As the book is premised on the Putin administration’s statements regarding genetic (the properties in the genes or biological structures of substances, not the hereditary passing of characteristics from parent to child) weapons as well as degraded US-Russia relations within the BWC, the authors address Russia’s approach to the Biological and Toxin Weapons Convention. Although delving into available and indirect data on military activities, they also commit significant research and text to Russia’s civilian biotechnology institutions, recognizing the need for foundational science institutions with academic development and publications as well as the dual-use potential of technology, research and development, and human capital.

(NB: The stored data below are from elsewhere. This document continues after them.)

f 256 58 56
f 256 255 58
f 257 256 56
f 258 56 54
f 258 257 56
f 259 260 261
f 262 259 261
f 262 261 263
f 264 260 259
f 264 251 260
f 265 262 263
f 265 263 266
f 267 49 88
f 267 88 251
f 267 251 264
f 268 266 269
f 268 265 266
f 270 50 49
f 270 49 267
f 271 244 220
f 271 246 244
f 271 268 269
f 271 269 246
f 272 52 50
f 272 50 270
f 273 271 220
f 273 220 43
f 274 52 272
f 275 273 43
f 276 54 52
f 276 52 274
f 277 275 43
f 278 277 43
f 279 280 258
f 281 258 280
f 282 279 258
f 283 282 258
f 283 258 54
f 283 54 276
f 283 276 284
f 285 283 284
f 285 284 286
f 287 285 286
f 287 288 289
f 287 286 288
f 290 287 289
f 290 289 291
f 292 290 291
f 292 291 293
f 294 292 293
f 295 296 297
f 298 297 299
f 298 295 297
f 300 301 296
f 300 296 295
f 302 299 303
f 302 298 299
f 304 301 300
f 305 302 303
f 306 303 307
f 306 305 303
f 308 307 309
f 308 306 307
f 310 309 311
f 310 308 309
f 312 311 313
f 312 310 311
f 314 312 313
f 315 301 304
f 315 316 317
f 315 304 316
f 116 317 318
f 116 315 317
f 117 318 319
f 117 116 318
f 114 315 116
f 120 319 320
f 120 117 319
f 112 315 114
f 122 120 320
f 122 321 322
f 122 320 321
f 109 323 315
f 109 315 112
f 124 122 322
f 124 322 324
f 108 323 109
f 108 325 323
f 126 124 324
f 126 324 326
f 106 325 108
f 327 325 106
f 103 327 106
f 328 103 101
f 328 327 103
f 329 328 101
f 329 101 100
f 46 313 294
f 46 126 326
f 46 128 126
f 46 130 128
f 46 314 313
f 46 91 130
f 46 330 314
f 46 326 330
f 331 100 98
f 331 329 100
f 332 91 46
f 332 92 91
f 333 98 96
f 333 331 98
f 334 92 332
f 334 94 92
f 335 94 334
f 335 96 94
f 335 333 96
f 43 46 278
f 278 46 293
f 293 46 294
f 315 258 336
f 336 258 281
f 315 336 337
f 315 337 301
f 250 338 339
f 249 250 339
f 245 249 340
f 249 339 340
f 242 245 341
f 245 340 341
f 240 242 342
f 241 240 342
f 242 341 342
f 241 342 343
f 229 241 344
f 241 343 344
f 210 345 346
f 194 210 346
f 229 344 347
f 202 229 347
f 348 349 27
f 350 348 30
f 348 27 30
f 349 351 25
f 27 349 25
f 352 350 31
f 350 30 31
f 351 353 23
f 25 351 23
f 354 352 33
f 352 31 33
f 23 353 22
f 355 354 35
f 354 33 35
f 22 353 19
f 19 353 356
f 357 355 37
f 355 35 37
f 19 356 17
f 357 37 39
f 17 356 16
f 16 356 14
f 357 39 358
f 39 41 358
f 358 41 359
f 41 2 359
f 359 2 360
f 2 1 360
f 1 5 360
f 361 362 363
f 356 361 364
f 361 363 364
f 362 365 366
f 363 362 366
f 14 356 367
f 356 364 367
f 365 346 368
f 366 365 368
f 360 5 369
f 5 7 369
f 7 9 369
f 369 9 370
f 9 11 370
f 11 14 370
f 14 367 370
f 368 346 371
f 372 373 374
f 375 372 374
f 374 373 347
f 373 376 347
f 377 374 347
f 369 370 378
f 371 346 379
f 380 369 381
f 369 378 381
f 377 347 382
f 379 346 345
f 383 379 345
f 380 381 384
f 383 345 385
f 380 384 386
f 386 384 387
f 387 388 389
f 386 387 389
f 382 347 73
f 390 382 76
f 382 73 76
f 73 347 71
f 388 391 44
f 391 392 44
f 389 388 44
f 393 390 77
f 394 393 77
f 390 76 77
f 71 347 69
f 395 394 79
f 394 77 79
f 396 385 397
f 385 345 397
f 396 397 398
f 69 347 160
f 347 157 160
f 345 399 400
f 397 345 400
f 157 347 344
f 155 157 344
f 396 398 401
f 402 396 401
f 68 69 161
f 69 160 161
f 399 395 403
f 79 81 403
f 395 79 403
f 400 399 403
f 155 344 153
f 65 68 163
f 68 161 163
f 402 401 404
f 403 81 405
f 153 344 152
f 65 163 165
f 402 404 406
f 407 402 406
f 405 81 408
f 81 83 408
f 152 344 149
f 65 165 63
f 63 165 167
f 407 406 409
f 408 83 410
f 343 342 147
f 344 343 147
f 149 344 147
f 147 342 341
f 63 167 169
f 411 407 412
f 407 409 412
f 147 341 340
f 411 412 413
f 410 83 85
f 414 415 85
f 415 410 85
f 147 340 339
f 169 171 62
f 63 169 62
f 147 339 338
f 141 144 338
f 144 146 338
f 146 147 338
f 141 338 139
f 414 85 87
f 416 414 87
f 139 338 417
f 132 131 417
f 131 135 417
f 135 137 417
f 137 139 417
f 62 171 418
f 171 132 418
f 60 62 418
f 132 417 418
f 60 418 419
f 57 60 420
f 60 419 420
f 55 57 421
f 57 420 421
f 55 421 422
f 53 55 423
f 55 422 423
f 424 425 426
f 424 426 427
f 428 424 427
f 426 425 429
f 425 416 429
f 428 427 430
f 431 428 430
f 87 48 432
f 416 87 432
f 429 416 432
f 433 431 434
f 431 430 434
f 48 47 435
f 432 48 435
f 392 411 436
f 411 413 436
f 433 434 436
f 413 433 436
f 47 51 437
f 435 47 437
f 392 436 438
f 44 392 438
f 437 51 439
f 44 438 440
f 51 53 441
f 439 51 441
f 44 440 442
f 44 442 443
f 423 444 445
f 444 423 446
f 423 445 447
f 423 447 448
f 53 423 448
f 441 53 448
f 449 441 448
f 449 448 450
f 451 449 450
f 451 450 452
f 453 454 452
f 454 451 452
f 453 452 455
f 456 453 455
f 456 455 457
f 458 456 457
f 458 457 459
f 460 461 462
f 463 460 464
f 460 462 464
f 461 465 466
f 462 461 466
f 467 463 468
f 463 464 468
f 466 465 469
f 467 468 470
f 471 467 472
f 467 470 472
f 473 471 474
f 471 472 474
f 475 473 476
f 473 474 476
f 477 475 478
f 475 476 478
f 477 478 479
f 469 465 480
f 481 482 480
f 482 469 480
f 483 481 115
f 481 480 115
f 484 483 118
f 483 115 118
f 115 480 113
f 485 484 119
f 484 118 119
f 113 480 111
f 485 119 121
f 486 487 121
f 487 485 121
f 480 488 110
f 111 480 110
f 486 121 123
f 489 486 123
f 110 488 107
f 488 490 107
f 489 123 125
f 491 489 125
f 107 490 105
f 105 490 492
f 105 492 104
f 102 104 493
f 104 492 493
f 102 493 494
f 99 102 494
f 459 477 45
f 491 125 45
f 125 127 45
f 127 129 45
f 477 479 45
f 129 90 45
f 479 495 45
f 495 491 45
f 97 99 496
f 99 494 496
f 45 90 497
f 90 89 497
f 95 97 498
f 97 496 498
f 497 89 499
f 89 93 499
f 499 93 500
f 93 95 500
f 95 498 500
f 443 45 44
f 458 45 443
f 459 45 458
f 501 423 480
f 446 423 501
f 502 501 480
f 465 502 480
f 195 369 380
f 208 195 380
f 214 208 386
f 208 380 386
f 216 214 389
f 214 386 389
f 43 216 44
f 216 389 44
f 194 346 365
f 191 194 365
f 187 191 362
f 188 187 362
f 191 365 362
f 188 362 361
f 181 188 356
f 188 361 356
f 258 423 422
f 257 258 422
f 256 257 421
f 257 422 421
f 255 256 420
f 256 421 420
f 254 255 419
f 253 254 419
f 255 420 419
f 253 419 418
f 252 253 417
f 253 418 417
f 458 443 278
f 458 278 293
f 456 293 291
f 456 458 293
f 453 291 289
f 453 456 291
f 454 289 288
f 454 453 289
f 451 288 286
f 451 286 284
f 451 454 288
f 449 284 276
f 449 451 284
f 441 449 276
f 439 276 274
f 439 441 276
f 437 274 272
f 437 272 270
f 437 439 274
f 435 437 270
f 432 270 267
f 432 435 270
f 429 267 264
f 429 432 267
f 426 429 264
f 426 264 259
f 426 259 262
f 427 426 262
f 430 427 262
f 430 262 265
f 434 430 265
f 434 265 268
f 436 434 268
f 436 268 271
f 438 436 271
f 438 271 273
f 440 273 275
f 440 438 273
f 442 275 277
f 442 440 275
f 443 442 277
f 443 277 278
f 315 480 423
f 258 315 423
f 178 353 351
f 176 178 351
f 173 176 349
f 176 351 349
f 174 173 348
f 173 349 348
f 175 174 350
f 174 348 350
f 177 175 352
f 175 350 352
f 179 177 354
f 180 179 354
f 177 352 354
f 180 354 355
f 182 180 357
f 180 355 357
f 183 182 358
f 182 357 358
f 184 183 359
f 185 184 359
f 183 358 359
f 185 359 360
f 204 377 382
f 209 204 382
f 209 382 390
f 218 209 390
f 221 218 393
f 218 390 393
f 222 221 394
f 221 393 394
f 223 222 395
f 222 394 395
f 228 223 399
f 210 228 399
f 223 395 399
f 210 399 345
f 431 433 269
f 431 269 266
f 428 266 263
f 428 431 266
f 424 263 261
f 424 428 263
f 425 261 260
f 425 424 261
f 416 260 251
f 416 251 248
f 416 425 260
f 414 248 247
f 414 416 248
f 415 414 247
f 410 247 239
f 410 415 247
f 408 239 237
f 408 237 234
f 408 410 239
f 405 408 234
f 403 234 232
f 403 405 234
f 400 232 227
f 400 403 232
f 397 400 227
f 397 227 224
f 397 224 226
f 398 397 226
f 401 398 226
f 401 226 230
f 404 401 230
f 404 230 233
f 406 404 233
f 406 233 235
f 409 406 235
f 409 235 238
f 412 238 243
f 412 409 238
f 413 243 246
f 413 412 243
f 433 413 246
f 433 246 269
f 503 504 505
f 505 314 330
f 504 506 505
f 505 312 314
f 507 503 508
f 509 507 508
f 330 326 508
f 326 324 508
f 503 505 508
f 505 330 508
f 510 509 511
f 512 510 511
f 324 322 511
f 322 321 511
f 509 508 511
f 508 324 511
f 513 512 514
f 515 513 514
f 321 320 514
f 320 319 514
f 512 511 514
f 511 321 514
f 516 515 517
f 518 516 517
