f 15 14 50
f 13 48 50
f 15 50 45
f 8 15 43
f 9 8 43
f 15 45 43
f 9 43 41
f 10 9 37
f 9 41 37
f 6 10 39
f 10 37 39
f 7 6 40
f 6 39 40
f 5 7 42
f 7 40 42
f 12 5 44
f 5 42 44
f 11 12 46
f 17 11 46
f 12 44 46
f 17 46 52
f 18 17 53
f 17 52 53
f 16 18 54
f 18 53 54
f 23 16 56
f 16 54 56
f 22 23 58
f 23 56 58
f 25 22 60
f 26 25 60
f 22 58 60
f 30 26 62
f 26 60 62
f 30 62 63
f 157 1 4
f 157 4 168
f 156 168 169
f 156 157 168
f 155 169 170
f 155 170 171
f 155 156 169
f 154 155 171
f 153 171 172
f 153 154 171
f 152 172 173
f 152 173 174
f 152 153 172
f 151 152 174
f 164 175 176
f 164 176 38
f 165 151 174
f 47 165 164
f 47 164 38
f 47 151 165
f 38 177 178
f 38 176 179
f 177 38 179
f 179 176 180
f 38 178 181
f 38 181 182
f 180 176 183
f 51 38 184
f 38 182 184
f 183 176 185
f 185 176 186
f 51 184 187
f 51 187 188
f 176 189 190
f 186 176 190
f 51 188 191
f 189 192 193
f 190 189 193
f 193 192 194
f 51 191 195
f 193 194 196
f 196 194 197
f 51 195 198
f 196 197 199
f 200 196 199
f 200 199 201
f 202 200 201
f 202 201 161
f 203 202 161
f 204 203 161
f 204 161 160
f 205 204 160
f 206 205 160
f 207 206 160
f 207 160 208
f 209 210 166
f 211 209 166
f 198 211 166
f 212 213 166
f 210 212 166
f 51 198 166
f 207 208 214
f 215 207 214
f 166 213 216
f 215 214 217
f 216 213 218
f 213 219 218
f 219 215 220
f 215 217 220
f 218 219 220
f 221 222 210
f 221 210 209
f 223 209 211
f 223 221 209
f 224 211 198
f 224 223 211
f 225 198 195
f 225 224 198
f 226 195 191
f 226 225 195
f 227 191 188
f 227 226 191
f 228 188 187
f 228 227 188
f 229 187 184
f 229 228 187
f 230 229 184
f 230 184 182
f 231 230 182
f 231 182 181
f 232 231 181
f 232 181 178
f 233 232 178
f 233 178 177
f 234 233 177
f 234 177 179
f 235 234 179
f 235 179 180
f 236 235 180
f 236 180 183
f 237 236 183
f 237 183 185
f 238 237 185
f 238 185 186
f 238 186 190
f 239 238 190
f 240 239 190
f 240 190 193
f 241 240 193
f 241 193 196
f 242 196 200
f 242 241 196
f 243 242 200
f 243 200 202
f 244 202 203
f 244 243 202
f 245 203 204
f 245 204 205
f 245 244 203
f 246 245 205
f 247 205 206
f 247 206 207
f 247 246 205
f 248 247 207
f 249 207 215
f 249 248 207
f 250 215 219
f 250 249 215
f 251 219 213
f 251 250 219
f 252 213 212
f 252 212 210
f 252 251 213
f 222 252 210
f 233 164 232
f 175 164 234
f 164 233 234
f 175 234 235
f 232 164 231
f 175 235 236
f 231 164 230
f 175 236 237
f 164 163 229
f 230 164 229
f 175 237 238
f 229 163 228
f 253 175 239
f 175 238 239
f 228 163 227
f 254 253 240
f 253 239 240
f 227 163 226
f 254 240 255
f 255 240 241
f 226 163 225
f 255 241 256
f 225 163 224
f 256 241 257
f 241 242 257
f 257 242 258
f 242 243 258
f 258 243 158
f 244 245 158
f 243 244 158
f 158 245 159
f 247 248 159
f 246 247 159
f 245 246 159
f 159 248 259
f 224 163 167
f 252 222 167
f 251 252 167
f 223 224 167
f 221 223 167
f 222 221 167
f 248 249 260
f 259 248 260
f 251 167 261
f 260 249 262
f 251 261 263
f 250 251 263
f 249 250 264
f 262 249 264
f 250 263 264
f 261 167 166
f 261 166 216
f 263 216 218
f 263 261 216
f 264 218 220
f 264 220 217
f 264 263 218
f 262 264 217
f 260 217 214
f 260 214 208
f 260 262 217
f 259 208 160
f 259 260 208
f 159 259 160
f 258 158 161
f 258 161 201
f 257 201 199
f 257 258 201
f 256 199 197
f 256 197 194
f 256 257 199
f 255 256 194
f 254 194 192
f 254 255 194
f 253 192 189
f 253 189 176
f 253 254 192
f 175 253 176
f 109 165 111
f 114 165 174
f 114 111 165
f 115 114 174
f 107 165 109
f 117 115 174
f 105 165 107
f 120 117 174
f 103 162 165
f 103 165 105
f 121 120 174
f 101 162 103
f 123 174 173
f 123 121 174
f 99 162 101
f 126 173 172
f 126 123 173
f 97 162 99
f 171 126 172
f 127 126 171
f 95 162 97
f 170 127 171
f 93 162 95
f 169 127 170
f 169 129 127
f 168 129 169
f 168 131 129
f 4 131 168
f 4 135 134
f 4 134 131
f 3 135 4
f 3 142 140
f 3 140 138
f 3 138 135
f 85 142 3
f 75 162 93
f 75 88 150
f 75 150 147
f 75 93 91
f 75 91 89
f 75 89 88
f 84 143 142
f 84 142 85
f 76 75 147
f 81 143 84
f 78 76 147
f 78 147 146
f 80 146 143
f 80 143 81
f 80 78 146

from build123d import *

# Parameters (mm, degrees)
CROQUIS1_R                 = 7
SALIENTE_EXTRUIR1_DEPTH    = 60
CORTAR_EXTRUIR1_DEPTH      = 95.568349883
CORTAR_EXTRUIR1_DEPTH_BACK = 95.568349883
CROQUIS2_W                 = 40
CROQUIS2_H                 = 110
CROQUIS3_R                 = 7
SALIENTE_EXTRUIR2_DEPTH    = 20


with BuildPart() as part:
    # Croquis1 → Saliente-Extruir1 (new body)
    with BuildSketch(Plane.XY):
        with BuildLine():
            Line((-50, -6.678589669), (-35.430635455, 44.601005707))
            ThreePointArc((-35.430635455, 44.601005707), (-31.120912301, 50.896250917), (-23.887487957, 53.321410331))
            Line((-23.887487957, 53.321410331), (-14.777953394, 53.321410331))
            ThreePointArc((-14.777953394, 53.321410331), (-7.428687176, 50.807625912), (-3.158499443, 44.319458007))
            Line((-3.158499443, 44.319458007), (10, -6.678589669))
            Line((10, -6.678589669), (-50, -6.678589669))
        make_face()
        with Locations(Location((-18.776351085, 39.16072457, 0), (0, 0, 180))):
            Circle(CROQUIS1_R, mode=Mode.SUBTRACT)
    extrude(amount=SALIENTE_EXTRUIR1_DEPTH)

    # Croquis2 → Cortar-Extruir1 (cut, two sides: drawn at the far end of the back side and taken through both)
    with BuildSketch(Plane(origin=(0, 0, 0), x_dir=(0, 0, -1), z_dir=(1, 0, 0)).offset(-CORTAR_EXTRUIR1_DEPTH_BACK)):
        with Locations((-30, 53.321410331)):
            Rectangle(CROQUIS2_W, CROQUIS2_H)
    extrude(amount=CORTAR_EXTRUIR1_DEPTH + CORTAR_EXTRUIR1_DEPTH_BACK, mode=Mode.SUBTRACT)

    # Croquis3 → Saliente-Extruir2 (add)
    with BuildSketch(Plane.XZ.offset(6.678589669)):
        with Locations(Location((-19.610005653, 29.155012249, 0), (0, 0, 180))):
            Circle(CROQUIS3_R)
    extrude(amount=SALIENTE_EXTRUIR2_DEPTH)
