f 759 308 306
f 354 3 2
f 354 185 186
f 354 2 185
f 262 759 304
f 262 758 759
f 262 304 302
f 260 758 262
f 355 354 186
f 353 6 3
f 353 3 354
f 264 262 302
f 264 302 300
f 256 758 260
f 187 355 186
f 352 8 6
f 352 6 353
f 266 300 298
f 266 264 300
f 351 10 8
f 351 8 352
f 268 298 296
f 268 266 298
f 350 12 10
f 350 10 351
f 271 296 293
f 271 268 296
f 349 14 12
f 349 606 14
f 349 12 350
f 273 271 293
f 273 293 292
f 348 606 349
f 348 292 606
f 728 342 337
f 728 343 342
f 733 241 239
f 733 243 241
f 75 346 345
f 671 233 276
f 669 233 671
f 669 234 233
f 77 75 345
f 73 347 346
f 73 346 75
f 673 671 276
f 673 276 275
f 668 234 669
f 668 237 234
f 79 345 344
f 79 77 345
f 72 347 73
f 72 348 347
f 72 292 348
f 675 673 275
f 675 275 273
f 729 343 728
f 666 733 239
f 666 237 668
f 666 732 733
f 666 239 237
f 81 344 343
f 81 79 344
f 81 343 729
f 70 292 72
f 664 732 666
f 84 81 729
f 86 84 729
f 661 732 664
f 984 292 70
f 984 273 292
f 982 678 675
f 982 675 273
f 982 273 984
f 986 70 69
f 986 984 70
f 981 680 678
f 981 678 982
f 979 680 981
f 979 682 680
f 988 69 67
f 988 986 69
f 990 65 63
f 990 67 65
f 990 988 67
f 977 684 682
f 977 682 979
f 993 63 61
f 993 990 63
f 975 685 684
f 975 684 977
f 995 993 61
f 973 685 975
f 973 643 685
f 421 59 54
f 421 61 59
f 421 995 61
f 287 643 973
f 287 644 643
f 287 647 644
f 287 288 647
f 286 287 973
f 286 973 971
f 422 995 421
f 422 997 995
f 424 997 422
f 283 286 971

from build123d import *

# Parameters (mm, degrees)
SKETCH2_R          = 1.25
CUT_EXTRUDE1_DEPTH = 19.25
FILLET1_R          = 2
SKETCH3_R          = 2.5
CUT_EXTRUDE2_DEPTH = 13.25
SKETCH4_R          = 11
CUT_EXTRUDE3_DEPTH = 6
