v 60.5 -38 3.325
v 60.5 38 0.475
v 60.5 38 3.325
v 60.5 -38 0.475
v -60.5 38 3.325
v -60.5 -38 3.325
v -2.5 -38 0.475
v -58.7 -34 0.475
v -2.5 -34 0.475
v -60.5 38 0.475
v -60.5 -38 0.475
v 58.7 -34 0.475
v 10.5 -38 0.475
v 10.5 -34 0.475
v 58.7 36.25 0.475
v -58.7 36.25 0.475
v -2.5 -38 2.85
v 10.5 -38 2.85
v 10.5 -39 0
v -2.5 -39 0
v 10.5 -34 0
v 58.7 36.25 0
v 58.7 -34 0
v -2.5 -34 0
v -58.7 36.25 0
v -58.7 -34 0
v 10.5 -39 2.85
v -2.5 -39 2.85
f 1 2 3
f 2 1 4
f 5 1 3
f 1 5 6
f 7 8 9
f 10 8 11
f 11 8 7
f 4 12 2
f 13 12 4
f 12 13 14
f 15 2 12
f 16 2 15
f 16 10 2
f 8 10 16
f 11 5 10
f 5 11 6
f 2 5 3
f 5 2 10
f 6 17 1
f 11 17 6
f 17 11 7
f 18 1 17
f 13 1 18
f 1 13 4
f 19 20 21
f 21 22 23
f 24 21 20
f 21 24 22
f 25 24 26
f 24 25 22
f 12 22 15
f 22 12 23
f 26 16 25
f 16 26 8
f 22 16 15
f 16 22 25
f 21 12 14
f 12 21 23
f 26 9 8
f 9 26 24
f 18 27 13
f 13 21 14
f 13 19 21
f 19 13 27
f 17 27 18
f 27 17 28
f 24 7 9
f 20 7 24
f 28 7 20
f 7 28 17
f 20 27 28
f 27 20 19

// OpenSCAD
module display() {
    // Main display body
    translate([0, 0, 1.9])
    cube([121, 76, 2.85], center=true);

    // PCB aperture
    translate([-54, -30.225, 0])
    cube([108, 64.8, 0.5], center=false);

    // Touch screen
    translate([-58.7, -34, 0])
    cube([117.4, 70.25, 1], center=false);

    // Clearance for the touch screen ribbon
    translate([-2.5, -39, 0])
    cube([13, 6, 2.85], center=false);
}

display();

These metrics can be interpreted as proxies for the inaccessible data on military programs.

Biosecurity in Putin’s Russia is a sentinel of troubling activity under President Putin’s reign, especially amidst the recent high-profile, conspicuous poisoning of double agent Sergei Skripal in UK territory. In the conclusion, they offer a specific response to recent Russian diplomatic attacks on the US via the BWC, broader potential policy solutions, and cooperative efforts between the US and Russia. Regarding the current US “nonresponse” (p. 355) to Russia’s aggression in the area, the authors posit that it spawned from previous diplomatic goals to prop up decaying relations. However, they advocate instead for various diplomatic options, to encourage US consideration of the issue, and subsequent action rather than simple observation/participation in the BWC. Their recommendations are prescient and reinforced by solid research; the international community would be wise to utilize this work to further advocate pressure for transparency and compliance in the BWC.

 

Maj Caitlin Diffley, USAF
Naval Postgraduate School
Monterey, California

 

The views expressed in the book review are those of the author(s) and do not reflect the official policy or position of the US government or the Department of Defense.